If all time constraints disappeared, the world would descend into chaos. Parks would overflow with people, museums would be jammed, the meaningfulness of much activity that springs directly from its limitedness would disappear. The millionth beer party or softball game would lack meaning. If time constraints were somewhat minimized, however, the world might be a better place. This writer has simplistically suggested that people might do this by owning less, doing less, and saying "no" more often. While many Americans and others in modern nations are in a position to follow this suggestion, in general, it appears they don't want to. Americans, in particular, still want to own even bigger cars and houses, do more things and consume, experience and achieve more.

There is, however, some evidence to the contrary. In the early 2000s there are 50 million "Cultural Creatives," providing the potential for a cultural revolution—one that is already under way (Ray and Anderson).

The "Moderns," who are currently dominant, accept the commercialized urban-industrial world and the goal of economic growth without looking for alternatives. "Cultural Creatives" are different. Their values are such that they love nature and are deeply concerned about its destruction; give a lot of importance to developing and maintaining relationships and helping other people; care intensely about psychological or spiritual development; see spirituality and religion as important in their own lives but are also concerned about the role of the "religious Right" in politics; have their finances and spending under control; and dislike the modern emphasis on "making it" and on wealth and luxury goods.

If time constraints to leisure are going to be minimized, it is likely this segment of society that will do so. For the dominant "Moderns," time constraints, to both work and leisure, will remain a way of life and a penalty willingly, if grudgingly, paid.

Its interpretation is highly political. Are rushed people who sometimes work long hours slaves to a rationalized economy and right-wing capitalism, or are they greedy individuals who want money and possessions more than tranquility and simplicity? The fact that higher income and education individuals are more likely to report feeling rushed than those with lower ones is also subject to multiple interpretations.

What does seem clear is that the distinctions between work and "free time" have been minimized for many. The industrial separation of fast, long work time and slow, short free time has come apart. Postmodernity has produced a way of life in which time is perceived as the most valuable commodity and efficient as the most prevalent value.

More Customized Leisure Behavior

While it would appear that leisure in everyday life is characterized more by mass behavior, such as eating at MacDonald's, shopping in look-alike malls, and watching network TV, a number of factors have begun to customize leisure in terms of when it takes place, what is done, the style of the activity, and the meanings and satisfactions such activity holds. Following are some reasons for more customized leisure behavior.

Explosive Population Growth About half the population increase in developed countries is coming from international migration. In the early 2000s, 15 percent of Canadians and of French were born in another country, as were one out of nine of those in the United States. These immigrants are not melting in a pot but rather customizing the culture to produce differing mosaics within each city, region, and country. What people think, eat, or do for fun will become more diverse—and so will when they do it.
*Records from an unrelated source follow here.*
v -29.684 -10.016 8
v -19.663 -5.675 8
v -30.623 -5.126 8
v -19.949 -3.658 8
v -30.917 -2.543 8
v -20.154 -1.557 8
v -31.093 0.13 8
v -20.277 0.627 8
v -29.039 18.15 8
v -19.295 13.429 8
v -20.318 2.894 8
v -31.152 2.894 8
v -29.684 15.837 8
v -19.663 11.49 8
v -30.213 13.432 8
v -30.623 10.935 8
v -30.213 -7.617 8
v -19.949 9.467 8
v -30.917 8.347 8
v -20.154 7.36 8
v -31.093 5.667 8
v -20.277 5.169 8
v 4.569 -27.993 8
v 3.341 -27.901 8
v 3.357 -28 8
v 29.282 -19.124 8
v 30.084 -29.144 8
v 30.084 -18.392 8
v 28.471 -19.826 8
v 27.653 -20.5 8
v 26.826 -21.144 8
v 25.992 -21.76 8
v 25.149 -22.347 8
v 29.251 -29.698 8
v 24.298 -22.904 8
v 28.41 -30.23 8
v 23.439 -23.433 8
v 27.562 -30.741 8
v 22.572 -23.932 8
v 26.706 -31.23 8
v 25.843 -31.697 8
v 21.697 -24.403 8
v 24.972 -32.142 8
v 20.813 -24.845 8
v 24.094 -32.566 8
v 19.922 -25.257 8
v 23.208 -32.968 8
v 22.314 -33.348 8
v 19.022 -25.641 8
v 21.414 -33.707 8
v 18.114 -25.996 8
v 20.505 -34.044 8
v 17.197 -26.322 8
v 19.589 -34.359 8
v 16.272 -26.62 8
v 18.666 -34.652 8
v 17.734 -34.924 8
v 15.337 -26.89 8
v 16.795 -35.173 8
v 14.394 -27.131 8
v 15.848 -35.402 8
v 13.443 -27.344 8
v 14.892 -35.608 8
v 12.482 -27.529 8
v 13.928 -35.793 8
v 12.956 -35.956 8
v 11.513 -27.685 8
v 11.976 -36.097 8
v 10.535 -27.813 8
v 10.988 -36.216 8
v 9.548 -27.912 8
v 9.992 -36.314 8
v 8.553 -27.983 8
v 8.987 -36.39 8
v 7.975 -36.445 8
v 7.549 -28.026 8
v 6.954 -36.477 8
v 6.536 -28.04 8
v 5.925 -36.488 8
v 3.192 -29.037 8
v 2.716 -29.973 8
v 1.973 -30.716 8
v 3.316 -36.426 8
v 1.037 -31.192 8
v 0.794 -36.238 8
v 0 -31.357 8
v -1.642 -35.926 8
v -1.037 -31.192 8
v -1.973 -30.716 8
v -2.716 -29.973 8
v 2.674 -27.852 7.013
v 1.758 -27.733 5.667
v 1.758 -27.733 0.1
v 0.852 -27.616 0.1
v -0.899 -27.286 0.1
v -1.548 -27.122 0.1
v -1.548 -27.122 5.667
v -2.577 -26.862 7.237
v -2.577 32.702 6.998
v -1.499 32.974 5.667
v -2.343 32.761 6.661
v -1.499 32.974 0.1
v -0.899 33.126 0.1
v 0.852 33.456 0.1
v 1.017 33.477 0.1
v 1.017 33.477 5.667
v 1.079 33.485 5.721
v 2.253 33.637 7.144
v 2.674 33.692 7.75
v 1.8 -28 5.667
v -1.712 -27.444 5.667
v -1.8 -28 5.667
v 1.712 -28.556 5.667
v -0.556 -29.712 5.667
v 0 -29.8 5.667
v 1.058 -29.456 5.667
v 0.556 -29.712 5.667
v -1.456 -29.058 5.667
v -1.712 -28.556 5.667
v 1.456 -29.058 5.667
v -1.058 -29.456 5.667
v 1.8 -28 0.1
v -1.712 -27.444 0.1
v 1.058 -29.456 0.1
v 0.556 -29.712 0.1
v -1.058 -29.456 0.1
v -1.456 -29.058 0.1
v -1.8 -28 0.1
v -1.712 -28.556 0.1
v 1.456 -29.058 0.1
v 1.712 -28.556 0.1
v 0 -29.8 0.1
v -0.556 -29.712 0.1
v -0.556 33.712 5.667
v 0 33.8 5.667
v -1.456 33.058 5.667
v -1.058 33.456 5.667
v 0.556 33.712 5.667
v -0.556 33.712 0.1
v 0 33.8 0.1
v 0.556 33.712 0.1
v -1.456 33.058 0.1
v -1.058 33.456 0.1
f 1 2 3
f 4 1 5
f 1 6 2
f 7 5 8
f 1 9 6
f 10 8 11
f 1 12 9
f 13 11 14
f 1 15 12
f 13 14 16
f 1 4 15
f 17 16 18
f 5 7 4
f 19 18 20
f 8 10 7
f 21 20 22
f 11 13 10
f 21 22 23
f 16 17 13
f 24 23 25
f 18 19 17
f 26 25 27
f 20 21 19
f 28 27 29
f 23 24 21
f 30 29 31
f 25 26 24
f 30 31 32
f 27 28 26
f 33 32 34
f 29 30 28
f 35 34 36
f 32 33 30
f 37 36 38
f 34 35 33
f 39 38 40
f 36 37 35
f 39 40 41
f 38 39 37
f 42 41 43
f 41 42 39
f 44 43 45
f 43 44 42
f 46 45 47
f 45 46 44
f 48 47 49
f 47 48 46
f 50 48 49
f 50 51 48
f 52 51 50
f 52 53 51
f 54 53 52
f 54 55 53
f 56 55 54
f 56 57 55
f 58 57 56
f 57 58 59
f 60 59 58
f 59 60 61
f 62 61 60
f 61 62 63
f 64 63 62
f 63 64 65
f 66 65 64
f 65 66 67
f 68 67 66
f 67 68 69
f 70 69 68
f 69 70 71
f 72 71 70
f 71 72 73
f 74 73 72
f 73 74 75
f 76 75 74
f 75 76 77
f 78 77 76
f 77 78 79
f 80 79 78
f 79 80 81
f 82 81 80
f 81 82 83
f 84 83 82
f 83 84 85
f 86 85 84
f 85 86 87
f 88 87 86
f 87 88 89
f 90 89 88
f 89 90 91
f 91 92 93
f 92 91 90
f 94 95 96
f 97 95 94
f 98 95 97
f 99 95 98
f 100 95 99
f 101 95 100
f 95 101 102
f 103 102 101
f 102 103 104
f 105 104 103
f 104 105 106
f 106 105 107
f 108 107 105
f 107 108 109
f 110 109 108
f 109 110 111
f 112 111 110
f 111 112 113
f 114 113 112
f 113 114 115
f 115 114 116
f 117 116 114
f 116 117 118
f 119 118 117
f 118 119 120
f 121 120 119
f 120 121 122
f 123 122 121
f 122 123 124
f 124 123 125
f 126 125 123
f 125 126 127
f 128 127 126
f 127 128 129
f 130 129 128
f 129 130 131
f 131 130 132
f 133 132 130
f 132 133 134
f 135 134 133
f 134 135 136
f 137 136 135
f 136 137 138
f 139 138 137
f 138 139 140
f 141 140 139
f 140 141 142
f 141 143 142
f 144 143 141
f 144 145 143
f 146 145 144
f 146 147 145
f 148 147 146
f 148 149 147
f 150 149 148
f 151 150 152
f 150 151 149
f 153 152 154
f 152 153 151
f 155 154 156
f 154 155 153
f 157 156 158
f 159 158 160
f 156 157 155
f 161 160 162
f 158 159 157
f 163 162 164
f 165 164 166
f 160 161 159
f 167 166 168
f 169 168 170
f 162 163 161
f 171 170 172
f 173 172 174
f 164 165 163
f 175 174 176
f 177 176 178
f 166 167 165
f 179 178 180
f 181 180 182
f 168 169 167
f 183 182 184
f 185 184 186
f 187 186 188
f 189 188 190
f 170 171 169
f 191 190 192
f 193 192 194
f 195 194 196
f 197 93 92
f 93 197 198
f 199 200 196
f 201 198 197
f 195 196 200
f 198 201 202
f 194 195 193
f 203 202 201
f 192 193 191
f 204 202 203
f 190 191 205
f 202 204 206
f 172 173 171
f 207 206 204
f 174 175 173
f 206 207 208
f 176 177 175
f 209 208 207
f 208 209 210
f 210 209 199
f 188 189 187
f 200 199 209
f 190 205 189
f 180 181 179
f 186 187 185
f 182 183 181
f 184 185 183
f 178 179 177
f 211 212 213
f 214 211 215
Increasing Urbanization and Population Density For the first time in history, more than half the world's population will be living in urban areas by 2010, and by 2030, the United Nations projects, 60 percent of the population will be urbanized (McGee). Increased urbanization will customize leisure behavior not only by social class, income, and ethnicity as it always has, but due to the increasing cultural differences of urban residents and visitors, such differences will be magnified.
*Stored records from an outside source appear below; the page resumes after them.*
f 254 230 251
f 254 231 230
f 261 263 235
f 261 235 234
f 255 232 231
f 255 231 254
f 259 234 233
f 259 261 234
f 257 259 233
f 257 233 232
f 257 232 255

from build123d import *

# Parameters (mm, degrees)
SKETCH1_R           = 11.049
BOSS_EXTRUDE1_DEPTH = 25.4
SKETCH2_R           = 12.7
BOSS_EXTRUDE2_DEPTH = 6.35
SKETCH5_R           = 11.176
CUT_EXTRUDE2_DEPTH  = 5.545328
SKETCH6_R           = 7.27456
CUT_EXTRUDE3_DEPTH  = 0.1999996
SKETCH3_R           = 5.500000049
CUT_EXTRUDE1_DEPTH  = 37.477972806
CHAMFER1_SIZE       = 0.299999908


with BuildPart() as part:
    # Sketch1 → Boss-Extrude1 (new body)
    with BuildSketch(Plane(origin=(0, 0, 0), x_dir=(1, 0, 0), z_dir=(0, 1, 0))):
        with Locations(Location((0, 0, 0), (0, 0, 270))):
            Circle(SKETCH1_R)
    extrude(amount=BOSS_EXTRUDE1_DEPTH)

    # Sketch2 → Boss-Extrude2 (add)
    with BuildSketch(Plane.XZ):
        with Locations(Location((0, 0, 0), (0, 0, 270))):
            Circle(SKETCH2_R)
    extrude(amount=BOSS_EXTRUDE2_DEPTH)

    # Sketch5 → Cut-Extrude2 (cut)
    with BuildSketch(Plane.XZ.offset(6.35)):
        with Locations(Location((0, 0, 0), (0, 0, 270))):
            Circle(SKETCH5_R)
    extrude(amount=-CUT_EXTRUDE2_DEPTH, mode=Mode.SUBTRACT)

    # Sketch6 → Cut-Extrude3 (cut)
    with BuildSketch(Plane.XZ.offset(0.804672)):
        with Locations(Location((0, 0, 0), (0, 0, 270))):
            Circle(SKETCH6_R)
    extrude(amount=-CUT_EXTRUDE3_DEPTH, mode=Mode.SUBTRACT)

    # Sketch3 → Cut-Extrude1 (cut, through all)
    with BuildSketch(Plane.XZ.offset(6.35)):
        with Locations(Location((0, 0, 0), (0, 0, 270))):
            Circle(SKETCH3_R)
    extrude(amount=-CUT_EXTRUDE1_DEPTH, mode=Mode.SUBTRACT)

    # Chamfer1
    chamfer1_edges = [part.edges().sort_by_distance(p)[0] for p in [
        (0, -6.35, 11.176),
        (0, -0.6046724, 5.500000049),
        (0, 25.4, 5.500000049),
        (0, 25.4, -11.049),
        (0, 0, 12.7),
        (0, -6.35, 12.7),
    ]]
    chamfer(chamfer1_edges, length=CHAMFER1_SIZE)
As higher population densities occur, the sequencing of daily life's routines will need to be customized. Centralized periods of vacations, holidays, and other forms of mass leisure will be less likely to occur. For instance, as the number of cars on the beltways around Washington, D.C., increases, producing permanent gridlock, there will be mass customization of travel patterns. When people go to work (if they go at all), when they shop, vote, or visit the beach, will need to be spread out. Most models of "mass" transit will also require customization since there is increasingly no "center" of work for people to be transported to. "Rush hour" may take place across most of the hours of the day and night. Those who manage leisure and tourism services will do more to "guide" visitors to their sites, and such guidance will become customized for any inquiring visitor. Such customized guidance will be increasingly valuable to the potential visitor, as the logistics of visitation become more complex due to higher volumes of traffic, whether such traffic is automobiles, motor scooters or bicycles, or other people movers. "In sum, most forms of mass activity, including leisure, will be customized to the extent the population increases and becomes more dense and urban. If the whole world flushed the toilet at once . . .." (Godbey, De-Jong, Sasidharan, and Yarnal)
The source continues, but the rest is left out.